YOUR TASK:
Below are records; transcribe only the line with "#110=SHAPE_DEFINITION_REPRESENTATION(#7,#109);" and those after it, through the last line, without any change.

START EXERCISE DATA

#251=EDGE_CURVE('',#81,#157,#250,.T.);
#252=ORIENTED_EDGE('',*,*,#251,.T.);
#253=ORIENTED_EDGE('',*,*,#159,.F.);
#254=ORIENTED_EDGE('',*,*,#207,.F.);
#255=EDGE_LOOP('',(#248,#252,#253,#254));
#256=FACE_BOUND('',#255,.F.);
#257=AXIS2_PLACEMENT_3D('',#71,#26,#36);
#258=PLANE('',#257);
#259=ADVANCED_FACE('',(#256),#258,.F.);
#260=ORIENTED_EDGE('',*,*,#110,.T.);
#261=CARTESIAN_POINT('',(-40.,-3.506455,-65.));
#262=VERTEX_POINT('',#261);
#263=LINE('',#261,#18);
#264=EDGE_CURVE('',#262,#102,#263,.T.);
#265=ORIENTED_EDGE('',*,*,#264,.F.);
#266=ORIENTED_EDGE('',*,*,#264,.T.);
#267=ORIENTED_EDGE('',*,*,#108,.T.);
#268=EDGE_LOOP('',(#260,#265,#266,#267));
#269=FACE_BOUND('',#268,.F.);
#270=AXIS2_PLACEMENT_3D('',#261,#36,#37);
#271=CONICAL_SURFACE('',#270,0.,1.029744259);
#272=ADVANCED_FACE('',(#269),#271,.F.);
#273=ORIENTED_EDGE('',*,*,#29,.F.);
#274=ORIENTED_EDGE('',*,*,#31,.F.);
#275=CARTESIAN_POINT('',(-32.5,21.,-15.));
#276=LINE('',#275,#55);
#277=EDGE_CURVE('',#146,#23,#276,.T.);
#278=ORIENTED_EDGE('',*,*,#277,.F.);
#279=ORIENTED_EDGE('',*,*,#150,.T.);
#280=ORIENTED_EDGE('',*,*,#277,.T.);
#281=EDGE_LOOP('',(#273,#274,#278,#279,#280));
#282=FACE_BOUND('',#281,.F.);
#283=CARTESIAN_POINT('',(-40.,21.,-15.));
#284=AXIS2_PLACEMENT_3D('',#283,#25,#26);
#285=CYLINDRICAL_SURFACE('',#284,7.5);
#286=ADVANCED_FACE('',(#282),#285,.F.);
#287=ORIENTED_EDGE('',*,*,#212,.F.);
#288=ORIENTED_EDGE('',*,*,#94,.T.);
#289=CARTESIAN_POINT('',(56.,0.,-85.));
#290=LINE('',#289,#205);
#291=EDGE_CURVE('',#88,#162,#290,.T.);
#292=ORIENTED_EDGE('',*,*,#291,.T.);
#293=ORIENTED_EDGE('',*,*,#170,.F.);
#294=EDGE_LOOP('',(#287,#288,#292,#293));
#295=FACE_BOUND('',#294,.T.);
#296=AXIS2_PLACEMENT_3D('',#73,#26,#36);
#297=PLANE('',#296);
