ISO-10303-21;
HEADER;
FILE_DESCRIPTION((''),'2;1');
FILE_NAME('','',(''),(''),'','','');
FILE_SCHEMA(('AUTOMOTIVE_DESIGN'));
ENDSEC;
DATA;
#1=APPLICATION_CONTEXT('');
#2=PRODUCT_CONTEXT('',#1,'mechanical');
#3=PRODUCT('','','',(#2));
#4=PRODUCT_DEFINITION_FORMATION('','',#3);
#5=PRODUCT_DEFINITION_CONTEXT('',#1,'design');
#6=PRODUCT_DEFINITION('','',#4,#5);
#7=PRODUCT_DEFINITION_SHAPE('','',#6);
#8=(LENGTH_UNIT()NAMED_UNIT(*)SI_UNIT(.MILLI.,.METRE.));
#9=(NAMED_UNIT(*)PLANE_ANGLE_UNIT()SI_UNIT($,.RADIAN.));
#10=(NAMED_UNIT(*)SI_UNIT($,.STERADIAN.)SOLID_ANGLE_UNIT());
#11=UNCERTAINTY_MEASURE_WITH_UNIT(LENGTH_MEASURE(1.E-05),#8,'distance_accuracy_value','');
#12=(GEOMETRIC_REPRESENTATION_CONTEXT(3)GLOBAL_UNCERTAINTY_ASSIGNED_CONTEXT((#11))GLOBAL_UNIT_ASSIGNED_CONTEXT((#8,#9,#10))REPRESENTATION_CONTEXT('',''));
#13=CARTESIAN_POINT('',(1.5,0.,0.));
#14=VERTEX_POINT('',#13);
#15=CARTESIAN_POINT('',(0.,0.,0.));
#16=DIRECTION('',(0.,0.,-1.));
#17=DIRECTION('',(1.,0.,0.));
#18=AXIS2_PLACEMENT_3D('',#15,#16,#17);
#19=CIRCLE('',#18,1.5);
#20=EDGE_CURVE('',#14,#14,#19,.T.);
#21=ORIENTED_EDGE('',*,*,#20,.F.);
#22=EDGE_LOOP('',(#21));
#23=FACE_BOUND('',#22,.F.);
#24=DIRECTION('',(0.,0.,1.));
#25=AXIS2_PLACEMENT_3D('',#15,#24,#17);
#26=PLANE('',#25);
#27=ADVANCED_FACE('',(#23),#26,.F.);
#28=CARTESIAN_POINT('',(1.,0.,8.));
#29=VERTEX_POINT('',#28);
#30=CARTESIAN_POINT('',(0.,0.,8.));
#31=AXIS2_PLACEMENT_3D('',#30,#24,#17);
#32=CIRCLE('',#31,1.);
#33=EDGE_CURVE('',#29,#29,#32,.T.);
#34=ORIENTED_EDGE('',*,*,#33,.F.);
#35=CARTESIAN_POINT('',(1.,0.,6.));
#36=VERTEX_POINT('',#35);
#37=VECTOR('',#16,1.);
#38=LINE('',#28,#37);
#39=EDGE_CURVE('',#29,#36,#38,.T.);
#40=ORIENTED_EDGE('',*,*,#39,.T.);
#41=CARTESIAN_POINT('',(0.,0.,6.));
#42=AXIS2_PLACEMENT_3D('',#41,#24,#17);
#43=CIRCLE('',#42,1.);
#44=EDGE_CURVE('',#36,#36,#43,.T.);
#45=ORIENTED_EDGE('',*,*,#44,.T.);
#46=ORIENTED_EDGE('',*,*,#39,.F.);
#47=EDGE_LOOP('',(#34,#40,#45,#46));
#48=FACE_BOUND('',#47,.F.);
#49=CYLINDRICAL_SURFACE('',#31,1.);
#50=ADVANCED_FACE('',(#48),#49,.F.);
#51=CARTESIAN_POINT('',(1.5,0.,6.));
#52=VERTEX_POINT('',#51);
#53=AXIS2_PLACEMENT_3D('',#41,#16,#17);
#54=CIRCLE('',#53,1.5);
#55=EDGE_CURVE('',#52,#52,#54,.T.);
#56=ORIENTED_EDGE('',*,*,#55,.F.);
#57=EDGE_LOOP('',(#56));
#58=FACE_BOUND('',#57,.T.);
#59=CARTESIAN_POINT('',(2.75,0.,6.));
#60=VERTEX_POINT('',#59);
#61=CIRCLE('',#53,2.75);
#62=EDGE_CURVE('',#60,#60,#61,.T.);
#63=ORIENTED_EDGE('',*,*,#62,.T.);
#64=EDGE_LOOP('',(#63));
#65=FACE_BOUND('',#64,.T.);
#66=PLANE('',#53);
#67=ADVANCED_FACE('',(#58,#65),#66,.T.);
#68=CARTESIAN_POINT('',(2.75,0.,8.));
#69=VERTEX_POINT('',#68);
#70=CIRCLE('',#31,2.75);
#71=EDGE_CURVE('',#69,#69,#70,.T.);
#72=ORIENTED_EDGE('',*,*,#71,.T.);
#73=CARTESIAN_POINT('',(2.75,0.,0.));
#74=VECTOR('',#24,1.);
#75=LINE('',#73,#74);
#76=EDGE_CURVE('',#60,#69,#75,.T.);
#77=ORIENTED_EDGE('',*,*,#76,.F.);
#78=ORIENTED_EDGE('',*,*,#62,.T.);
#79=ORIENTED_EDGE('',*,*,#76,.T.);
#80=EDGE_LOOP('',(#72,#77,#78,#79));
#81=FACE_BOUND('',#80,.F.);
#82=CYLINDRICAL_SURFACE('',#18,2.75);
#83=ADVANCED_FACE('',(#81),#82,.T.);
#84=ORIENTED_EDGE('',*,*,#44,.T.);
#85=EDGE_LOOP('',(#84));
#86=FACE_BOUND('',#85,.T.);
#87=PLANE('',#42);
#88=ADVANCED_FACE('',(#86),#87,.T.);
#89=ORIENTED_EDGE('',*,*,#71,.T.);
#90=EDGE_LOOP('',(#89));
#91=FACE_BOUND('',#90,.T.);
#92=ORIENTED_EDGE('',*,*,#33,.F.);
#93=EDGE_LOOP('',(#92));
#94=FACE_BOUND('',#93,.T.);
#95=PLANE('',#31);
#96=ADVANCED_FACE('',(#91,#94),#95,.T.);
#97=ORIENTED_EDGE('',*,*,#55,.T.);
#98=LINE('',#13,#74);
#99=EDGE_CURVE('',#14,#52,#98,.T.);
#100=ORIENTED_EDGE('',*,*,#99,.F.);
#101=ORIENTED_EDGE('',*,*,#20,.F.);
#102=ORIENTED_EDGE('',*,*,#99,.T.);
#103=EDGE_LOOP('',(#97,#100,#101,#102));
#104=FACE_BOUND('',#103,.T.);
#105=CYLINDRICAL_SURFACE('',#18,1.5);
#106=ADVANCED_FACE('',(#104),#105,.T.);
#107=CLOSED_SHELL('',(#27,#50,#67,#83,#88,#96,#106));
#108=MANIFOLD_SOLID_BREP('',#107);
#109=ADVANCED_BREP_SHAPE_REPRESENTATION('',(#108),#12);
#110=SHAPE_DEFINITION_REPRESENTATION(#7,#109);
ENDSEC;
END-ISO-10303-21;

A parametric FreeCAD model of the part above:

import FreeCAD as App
import Part
import Sketcher

V = App.Vector

doc = App.newDocument("Part")
body = doc.addObject("PartDesign::Body", "Body")

sketch1 = doc.addObject("Sketcher::SketchObject", "Sketch")
body.addObject(sketch1)
sketch1.AttachmentSupport = (doc.XY_Plane, [""])
sketch1.MapMode = "FlatFace"
sketch1.addGeometry(Part.Circle(V(0, 0, 0), V(0, 0, 1), 2.75), False)
sketch1.addConstraint([
    Sketcher.Constraint("Coincident", 0, 3, -1, 1),
    Sketcher.Constraint("Diameter", 0, 5.5),
])
pad1 = doc.addObject("PartDesign::Pad", "Pad")
body.addObject(pad1)
pad1.Profile = sketch1
pad1.Length = 8

sketch2 = doc.addObject("Sketcher::SketchObject", "Sketch001")
body.addObject(sketch2)
sketch2.AttachmentSupport = (doc.XY_Plane, [""])
sketch2.MapMode = "FlatFace"
sketch2.addGeometry([
    Part.Circle(V(0, 0, 0), V(0, 0, 1), 2.75),
    Part.Circle(V(0, 0, 0), V(0, 0, 1), 1.5),
], False)
sketch2.addConstraint([
    Sketcher.Constraint("Coincident", 0, 3, -1, 1),
    Sketcher.Constraint("Coincident", 1, 3, -1, 1),
    Sketcher.Constraint("Diameter", 1, 3.0),
    Sketcher.Constraint("Diameter", 0, 5.5),
])
pocket1 = doc.addObject("PartDesign::Pocket", "Pocket")
body.addObject(pocket1)
pocket1.Profile = sketch2
pocket1.Length = 6
pocket1.Reversed = True

sketch3 = doc.addObject("Sketcher::SketchObject", "Sketch002")
body.addObject(sketch3)
sketch3.AttachmentSupport = (doc.XY_Plane, [""])
sketch3.MapMode = "FlatFace"
sketch3.AttachmentOffset = App.Placement(V(0, 0, 8), App.Rotation())
sketch3.addGeometry(Part.Circle(V(0, 0, 0), V(0, 0, 1), 1), False)
sketch3.addConstraint([
    Sketcher.Constraint("Coincident", 0, 3, -1, 1),
    Sketcher.Constraint("Diameter", 0, 2.0),
])
pocket2 = doc.addObject("PartDesign::Pocket", "Pocket001")
body.addObject(pocket2)
pocket2.Profile = sketch3
pocket2.Length = 2

doc.recompute()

END EXERCISE DATA

EXERCISE ANSWER:
#110=SHAPE_DEFINITION_REPRESENTATION(#7,#109);
ENDSEC;
END-ISO-10303-21;

A parametric FreeCAD model of the part above:

import FreeCAD as App
import Part
import Sketcher

V = App.Vector

doc = App.newDocument("Part")
body = doc.addObject("PartDesign::Body", "Body")

sketch1 = doc.addObject("Sketcher::SketchObject", "Sketch")
body.addObject(sketch1)
sketch1.AttachmentSupport = (doc.XY_Plane, [""])
sketch1.MapMode = "FlatFace"
sketch1.addGeometry(Part.Circle(V(0, 0, 0), V(0, 0, 1), 2.75), False)
sketch1.addConstraint([
    Sketcher.Constraint("Coincident", 0, 3, -1, 1),
    Sketcher.Constraint("Diameter", 0, 5.5),
])
pad1 = doc.addObject("PartDesign::Pad", "Pad")
body.addObject(pad1)
pad1.Profile = sketch1
pad1.Length = 8

sketch2 = doc.addObject("Sketcher::SketchObject", "Sketch001")
body.addObject(sketch2)
sketch2.AttachmentSupport = (doc.XY_Plane, [""])
sketch2.MapMode = "FlatFace"
sketch2.addGeometry([
    Part.Circle(V(0, 0, 0), V(0, 0, 1), 2.75),
    Part.Circle(V(0, 0, 0), V(0, 0, 1), 1.5),
], False)
sketch2.addConstraint([
    Sketcher.Constraint("Coincident", 0, 3, -1, 1),
    Sketcher.Constraint("Coincident", 1, 3, -1, 1),
    Sketcher.Constraint("Diameter", 1, 3.0),
    Sketcher.Constraint("Diameter", 0, 5.5),
])
pocket1 = doc.addObject("PartDesign::Pocket", "Pocket")
body.addObject(pocket1)
pocket1.Profile = sketch2
pocket1.Length = 6
pocket1.Reversed = True

sketch3 = doc.addObject("Sketcher::SketchObject", "Sketch002")
body.addObject(sketch3)
sketch3.AttachmentSupport = (doc.XY_Plane, [""])
sketch3.MapMode = "FlatFace"
sketch3.AttachmentOffset = App.Placement(V(0, 0, 8), App.Rotation())
sketch3.addGeometry(Part.Circle(V(0, 0, 0), V(0, 0, 1), 1), False)
sketch3.addConstraint([
    Sketcher.Constraint("Coincident", 0, 3, -1, 1),
    Sketcher.Constraint("Diameter", 0, 2.0),
])
pocket2 = doc.addObject("PartDesign::Pocket", "Pocket001")
body.addObject(pocket2)
pocket2.Profile = sketch3
pocket2.Length = 2

doc.recompute()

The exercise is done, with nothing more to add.